Oh, Oliver; and this time the name was thought not in rage but in helpless melancholy. Oh, Oliver, why did you have to do something like this now? She looked to the ceiling, to the floor, to the doors. Her father was dead. Was Oliver so blind that he couldn’t see how in her state she could be easily perturbed?
She held her hands in front of her and willed them to cease their violent trembling. Several minutes later they did, at least enough for her to take hold of the knob without rattling it. But she didn’t wrench it open. The moment her fingers touched the cool brass she realized that throughout the process of calming herself she had been unconsciously listening to a dialogue inside the dining room. She moved closer to the door. Who… ? With a glance in both directions to make sure she was alone, she leaned her head closer.
“No,” she heard, the identity of the speaker impossible to determine. “I say you’re dead wrong, Oliver. You could not be more wrong if you tried.”
“Well, m’boy, as usual, you have misjudged the situation and mistimed the event. It bothers me not in the least, however. I am confident as ever we shall have no troubles at all. In fact, I would wager this house on it.”
“Thanks to me, I trust you understand.”
“But of course, my dear friend. Though I expect you’ve already been amply rewarded, eh?”
The dialogue became a muttering as the two men walked to the far side of the room. Then a word was spoken loudly in sharp disagreement. Another in swift, smooth conciliation. A moment later they returned, and Caitlin pressed even closer. “I should think, Oliver, you could have been more discreet.”
“I was as careful as I thought proper, and we will be done with that sort of talk in my hous
e, do you understand, sir? We are not at court any longer, if you take my meaning.”
“I was only attempting—”
“You attempt much, friend, but you must remember to whom you belong, now and forever.”
“And to whom, friend, does Caitlin belong?”
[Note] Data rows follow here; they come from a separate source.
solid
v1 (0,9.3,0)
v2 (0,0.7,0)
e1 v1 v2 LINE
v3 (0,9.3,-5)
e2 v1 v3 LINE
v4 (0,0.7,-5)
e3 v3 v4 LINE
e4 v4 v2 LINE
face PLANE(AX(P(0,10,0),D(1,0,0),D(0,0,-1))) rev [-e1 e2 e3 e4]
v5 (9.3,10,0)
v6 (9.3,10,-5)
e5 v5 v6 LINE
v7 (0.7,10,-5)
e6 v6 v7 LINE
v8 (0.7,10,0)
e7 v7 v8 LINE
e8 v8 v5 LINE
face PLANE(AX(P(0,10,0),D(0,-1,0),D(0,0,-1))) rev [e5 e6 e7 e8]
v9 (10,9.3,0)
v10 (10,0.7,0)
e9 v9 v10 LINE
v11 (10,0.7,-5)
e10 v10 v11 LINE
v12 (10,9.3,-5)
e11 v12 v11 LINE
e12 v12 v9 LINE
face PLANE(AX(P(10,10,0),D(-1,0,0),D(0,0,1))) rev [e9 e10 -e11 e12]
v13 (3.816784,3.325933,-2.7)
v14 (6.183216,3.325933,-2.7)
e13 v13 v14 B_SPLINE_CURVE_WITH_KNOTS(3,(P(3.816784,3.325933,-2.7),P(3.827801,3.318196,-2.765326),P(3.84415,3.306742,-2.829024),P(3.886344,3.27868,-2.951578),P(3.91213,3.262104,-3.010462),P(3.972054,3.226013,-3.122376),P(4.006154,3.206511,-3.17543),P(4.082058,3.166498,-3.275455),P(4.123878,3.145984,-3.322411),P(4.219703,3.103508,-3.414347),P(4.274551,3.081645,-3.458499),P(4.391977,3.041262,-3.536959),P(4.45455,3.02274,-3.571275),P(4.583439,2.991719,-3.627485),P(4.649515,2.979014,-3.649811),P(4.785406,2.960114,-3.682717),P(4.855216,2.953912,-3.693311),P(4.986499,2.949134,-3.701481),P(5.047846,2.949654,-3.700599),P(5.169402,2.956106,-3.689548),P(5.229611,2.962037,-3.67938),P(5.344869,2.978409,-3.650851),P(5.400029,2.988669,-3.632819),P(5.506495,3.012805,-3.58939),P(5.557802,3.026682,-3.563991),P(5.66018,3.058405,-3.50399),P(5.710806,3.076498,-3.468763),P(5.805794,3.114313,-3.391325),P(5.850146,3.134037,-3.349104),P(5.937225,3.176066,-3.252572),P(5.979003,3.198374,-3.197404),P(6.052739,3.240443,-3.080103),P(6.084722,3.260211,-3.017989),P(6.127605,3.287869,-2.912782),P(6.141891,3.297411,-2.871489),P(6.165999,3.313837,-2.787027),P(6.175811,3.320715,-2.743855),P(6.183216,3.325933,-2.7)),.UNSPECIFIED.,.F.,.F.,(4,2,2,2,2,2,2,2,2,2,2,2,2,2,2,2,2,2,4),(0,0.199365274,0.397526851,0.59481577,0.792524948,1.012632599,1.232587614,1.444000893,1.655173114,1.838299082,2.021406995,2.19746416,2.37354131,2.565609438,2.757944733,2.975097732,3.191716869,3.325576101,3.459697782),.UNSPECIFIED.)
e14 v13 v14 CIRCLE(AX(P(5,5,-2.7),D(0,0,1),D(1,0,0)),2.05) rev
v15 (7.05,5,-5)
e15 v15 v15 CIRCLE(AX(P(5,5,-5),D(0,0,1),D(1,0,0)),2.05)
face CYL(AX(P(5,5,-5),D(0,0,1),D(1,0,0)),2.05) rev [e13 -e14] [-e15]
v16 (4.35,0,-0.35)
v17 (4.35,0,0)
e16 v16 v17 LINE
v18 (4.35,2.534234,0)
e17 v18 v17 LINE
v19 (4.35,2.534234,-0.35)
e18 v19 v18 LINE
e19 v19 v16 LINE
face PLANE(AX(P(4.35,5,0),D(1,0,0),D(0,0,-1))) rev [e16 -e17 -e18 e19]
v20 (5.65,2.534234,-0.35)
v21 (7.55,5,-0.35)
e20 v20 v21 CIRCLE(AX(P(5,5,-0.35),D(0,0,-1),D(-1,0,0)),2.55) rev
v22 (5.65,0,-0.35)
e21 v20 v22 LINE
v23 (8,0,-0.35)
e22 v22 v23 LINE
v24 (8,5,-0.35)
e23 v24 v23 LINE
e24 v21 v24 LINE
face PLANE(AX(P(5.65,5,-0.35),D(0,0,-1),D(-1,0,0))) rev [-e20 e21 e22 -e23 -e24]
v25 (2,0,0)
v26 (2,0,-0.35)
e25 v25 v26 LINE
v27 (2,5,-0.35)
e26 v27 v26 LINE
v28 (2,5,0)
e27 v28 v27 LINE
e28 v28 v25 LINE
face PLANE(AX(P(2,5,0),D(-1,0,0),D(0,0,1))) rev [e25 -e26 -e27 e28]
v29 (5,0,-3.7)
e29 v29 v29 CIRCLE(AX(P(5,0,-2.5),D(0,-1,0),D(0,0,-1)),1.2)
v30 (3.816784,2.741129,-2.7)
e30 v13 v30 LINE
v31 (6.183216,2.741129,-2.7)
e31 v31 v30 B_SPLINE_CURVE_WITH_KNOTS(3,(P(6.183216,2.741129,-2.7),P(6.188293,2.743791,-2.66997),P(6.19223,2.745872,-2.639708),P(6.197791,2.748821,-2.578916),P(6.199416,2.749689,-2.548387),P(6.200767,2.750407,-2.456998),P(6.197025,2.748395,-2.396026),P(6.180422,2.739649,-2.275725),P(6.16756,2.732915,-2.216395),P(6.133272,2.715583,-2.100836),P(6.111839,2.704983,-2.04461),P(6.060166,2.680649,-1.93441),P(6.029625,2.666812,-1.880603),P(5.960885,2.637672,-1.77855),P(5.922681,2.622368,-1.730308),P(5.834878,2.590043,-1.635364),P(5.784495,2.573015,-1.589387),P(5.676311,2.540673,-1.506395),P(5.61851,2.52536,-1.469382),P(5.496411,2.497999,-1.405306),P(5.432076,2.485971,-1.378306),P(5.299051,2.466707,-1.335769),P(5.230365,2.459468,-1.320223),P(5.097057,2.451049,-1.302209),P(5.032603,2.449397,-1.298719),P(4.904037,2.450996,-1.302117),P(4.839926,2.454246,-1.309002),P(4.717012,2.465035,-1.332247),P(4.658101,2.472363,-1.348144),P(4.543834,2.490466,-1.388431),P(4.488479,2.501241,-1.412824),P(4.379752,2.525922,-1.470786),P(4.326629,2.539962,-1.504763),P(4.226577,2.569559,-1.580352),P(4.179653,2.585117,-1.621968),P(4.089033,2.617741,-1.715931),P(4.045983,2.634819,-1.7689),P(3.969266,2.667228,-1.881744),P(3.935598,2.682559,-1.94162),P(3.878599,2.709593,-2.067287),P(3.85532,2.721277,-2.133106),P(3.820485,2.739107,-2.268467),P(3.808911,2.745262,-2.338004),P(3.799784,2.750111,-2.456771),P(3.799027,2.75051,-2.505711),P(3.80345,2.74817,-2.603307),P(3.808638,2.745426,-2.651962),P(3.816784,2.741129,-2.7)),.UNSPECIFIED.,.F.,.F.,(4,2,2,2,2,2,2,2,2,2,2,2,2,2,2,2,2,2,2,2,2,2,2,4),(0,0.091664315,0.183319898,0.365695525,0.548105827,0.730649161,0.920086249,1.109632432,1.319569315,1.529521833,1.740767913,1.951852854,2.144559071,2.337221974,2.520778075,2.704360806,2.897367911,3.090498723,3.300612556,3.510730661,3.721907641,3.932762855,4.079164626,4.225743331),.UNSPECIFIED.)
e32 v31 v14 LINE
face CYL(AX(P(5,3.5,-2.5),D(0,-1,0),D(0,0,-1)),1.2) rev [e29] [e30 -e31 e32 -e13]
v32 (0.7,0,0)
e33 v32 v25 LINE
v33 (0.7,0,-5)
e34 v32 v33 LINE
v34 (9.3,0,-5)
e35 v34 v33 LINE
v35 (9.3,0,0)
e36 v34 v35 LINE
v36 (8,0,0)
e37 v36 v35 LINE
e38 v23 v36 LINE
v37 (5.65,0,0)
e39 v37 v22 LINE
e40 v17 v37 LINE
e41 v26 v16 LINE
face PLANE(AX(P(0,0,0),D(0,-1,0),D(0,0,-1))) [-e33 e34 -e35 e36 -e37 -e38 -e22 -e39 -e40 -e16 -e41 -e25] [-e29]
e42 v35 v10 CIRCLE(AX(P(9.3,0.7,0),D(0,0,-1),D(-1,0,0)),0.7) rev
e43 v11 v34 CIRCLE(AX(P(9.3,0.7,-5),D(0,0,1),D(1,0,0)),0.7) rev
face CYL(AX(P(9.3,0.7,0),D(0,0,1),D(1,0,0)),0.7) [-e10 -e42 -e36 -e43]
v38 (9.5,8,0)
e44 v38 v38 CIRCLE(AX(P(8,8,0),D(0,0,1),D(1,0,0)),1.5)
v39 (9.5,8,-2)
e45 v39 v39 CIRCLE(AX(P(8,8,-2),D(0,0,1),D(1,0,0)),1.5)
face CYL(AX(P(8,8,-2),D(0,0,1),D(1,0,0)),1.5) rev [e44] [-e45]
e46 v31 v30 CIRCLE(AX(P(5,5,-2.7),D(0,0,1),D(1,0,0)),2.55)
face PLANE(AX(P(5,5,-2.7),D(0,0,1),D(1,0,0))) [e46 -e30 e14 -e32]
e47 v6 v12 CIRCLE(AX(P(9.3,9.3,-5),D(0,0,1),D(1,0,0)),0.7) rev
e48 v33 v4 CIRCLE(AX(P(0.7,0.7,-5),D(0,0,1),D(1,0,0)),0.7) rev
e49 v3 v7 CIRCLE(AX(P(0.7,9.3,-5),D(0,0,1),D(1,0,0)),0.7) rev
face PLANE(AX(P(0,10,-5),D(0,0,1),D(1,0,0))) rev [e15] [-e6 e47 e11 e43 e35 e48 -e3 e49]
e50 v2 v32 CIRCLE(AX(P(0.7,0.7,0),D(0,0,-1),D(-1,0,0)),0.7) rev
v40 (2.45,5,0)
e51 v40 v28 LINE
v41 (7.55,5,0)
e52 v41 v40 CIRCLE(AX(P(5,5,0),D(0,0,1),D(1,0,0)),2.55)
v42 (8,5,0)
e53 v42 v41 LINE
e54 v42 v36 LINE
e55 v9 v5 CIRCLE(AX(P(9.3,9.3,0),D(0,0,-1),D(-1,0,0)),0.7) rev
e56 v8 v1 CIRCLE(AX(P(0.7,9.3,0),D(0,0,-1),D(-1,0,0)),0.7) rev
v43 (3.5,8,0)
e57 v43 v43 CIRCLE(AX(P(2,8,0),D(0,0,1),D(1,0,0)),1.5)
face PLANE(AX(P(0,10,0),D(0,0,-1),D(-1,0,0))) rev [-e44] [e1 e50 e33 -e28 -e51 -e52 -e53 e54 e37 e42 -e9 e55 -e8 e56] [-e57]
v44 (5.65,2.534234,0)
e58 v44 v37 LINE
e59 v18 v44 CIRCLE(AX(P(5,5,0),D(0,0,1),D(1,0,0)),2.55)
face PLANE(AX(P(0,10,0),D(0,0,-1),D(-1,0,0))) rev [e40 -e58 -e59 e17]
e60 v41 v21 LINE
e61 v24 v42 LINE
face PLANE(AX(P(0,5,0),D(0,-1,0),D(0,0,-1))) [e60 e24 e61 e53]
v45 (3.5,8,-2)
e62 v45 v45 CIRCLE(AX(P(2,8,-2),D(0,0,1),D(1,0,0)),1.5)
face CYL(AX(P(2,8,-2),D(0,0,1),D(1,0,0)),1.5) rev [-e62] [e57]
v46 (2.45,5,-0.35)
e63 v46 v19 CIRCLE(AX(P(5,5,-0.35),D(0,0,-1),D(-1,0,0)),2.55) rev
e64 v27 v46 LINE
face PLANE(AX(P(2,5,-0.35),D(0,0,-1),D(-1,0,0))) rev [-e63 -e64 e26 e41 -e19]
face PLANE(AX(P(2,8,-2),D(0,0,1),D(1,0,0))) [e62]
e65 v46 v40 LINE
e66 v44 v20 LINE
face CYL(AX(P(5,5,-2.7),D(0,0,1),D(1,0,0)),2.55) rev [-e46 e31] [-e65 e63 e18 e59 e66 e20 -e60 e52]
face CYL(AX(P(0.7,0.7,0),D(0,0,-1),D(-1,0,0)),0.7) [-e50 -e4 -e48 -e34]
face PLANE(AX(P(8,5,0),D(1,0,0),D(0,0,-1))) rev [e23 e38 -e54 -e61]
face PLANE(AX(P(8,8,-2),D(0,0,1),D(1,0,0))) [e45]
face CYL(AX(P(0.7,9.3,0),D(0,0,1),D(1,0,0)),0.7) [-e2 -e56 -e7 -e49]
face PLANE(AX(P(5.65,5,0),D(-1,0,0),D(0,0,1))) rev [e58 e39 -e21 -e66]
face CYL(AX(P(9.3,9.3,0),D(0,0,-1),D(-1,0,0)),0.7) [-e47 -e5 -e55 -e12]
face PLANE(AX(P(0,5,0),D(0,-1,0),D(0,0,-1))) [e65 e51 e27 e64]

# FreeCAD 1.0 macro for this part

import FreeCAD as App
import Part
import Sketcher

V = App.Vector
Q = App.Units.Quantity


def edges_at(feature, points):
    """Names of the edges that pass closest to the given points."""
    edges = feature.Shape.Edges
    near = lambda p: min(range(len(edges)), key=lambda i: edges[i].distToShape(Part.Vertex(*p))[0])
    return sorted({f"Edge{near(p) + 1}" for p in points})


def add_polygon(sketch, points):
    """Adds a closed chain of lines whose ends are joined by coincident constraints."""
    first, n = sketch.GeometryCount, len(points)
    for a, b in zip(points, points[1:] + points[:1]):
        sketch.addGeometry(Part.LineSegment(App.Vector(*a, 0), App.Vector(*b, 0)), False)
    for i in range(n):
        sketch.addConstraint(Sketcher.Constraint("Coincident", first + i, 2, first + (i + 1) % n, 1))

doc = App.newDocument("Part")
params = doc.addObject("Spreadsheet::Sheet", "Params")
for row, (alias, value) in enumerate([
    ("sketch1_width", "10 mm"),
    ("sketch1_height", "5 mm"),
    ("pad1_length", "10 mm"),
    ("sketch2_diameter", "4.1 mm"),
    ("sketch3_diameter", "5.1 mm"),
    ("pocket2_length", "2.7 mm"),
    ("sketch4_width", "2.35 mm"),
    ("sketch4_height", "0.35 mm"),
    ("pocket3_length", "5 mm"),
    ("sketch5_diameter", "3 mm"),
    ("pocket4_length", "2 mm"),
    ("sketch6_diameter", "2.4 mm"),
    ("pocket5_length", "3.5 mm"),
    ("fillet_radius", "0.7 mm"),
], start=1):
    params.set(f"A{row}", alias)
    params.set(f"B{row}", "=" + value)
    params.setAlias(f"B{row}", alias)

body = doc.addObject("PartDesign::Body", "Body")

# Sketch on XZ plane
sketch1 = body.newObject("Sketcher::SketchObject", "Sketch")
sketch1.AttachmentSupport = (doc.getObject("XZ_Plane"), [""])
sketch1.MapMode = "FlatFace"
add_polygon(sketch1, [(0, -5), (0, 0), (10, 0), (10, -5)])  # lines 0-3
sketch1.addConstraint(Sketcher.Constraint("Vertical", 0))
sketch1.addConstraint(Sketcher.Constraint("Horizontal", 1))
sketch1.addConstraint(Sketcher.Constraint("Vertical", 2))
sketch1.addConstraint(Sketcher.Constraint("Horizontal", 3))
sketch1.addConstraint(Sketcher.Constraint("Coincident", 0, 2, -1, 1))
sketch1.addConstraint(Sketcher.Constraint("DistanceX", 1, 1, 1, 2, Q("10 mm")))
sketch1.addConstraint(Sketcher.Constraint("DistanceY", 0, 1, 0, 2, Q("5 mm")))
sketch1.setExpression("Constraints[9]", "Params.sketch1_width")
sketch1.setExpression("Constraints[10]", "Params.sketch1_height")
pad1 = body.newObject("PartDesign::Pad", "Pad")
pad1.Profile = sketch1
pad1.setExpression("Length", "Params.pad1_length")
pad1.Reversed = True
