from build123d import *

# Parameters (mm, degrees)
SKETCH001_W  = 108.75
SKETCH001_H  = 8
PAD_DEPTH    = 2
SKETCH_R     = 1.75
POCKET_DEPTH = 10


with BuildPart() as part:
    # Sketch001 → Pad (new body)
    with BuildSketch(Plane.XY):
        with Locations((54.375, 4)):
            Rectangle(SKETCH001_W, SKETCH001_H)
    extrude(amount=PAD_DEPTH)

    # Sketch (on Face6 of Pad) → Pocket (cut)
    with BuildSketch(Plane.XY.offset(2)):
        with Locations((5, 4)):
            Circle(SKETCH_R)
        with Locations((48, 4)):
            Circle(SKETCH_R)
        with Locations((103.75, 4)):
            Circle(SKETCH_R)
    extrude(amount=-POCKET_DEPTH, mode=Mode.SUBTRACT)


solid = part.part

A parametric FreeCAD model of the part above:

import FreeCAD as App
import Part
import Sketcher

V = App.Vector


def add_polygon(sketch, points):
    """Adds a closed chain of lines whose ends are joined by coincident constraints."""
    first, n = sketch.GeometryCount, len(points)
    for a, b in zip(points, points[1:] + points[:1]):
        sketch.addGeometry(Part.LineSegment(App.Vector(*a, 0), App.Vector(*b, 0)), False)
    for i in range(n):
        sketch.addConstraint(Sketcher.Constraint("Coincident", first + i, 2, first + (i + 1) % n, 1))

doc = App.newDocument("Part")
body = doc.addObject("PartDesign::Body", "Body")

# Sketch on XY plane
sketch1 = doc.addObject("Sketcher::SketchObject", "Sketch")
body.addObject(sketch1)
sketch1.AttachmentSupport = (doc.XY_Plane, [""])
sketch1.MapMode = "FlatFace"
add_polygon(sketch1, [(0, 8), (0, 0), (108.75, 0), (108.75, 8)])  # lines 0-3
sketch1.addConstraint(Sketcher.Constraint("Vertical", 0))
sketch1.addConstraint(Sketcher.Constraint("Horizontal", 1))
sketch1.addConstraint(Sketcher.Constraint("Vertical", 2))
sketch1.addConstraint(Sketcher.Constraint("Horizontal", 3))
sketch1.addConstraint(Sketcher.Constraint("Coincident", 0, 2, -1, 1))
sketch1.addConstraint(Sketcher.Constraint("DistanceY", 0, 2, 0, 1, 8.0))
sketch1.addConstraint(Sketcher.Constraint("DistanceX", 1, 1, 1, 2, 108.75))
pad1 = doc.addObject("PartDesign::Pad", "Pad")
body.addObject(pad1)
pad1.Profile = sketch1
pad1.Length = 2

# Sketch on XY plane
sketch2 = doc.addObject("Sketcher::SketchObject", "Sketch001")
body.addObject(sketch2)
sketch2.AttachmentSupport = (doc.XY_Plane, [""])
sketch2.MapMode = "FlatFace"
sketch2.AttachmentOffset = App.Placement(V(0, 0, 2), App.Rotation())
sketch2.addGeometry(Part.Circle(V(5, 4, 0), V(0, 0, 1), 1.75), False)
sketch2.addGeometry(Part.Circle(V(48, 4, 0), V(0, 0, 1), 1.75), False)
sketch2.addGeometry(Part.Circle(V(103.75, 4, 0), V(0, 0, 1), 1.75), False)
sketch2.addConstraint(Sketcher.Constraint("Equal", 0, 1))
sketch2.addConstraint(Sketcher.Constraint("Equal", 1, 2))
sketch2.addConstraint(Sketcher.Constraint("Horizontal", 0, 3, 1, 3))
sketch2.addConstraint(Sketcher.Constraint("Horizontal", 1, 3, 2, 3))
sketch2.addConstraint(Sketcher.Constraint("Diameter", 0, 3.5))
sketch2.addConstraint(Sketcher.Constraint("DistanceX", -1, 1, 0, 3, 5.0))
sketch2.addConstraint(Sketcher.Constraint("DistanceY", -1, 1, 0, 3, 4.0))
sketch2.addConstraint(Sketcher.Constraint("DistanceX", -1, 1, 1, 3, 48.0))
sketch2.addConstraint(Sketcher.Constraint("DistanceX", -1, 1, 2, 3, 103.75))
pocket1 = doc.addObject("PartDesign::Pocket", "Pocket")
body.addObject(pocket1)
pocket1.Profile = sketch2
pocket1.Length = 10

doc.recompute()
“She is my wife, sir. And I suggest you remember that.” Caitlin knew she was courting disaster by standing in the hall for so long, obviously eavesdropping. Should Bradford happen by, she had no doubt the matter would be brought to Oliver’s attention at the first opportunity. So, before she was discovered, she straightened up, took hold of her skirts, and with a determined smile on her face pushed aside one door to step cheerily into the room.
“Oliver, my love,” she began… and stopped.
Oliver smiled. “Caitlin, I was beginning to worry about you.”
“Good evening, my lady. I, too, was beginning to wonder.”
She maintained her composure only because she was too unnerved for anything else.
“Good evening, Mr. Flint,” she said tightly. “What brings you to Seacliff?”
11
A small, dark pine table occupied the center of the room. It was arranged with two settings, between which an eight-branched candelabrum of engraved silver had been set. The tapers on the walls had been lit, and despite the gloom in the corners of the room, the atmosphere was cheery enough for a quiet meal. Caitlin, however, saw only Flint’s gentle, welcoming smile—and the slight hint of arrogance in his eyes. He wore a green velvet cutaway jacket and a pearl gray waistcoat. His dark hair flowed loosely and settled perfectly around his shoulders.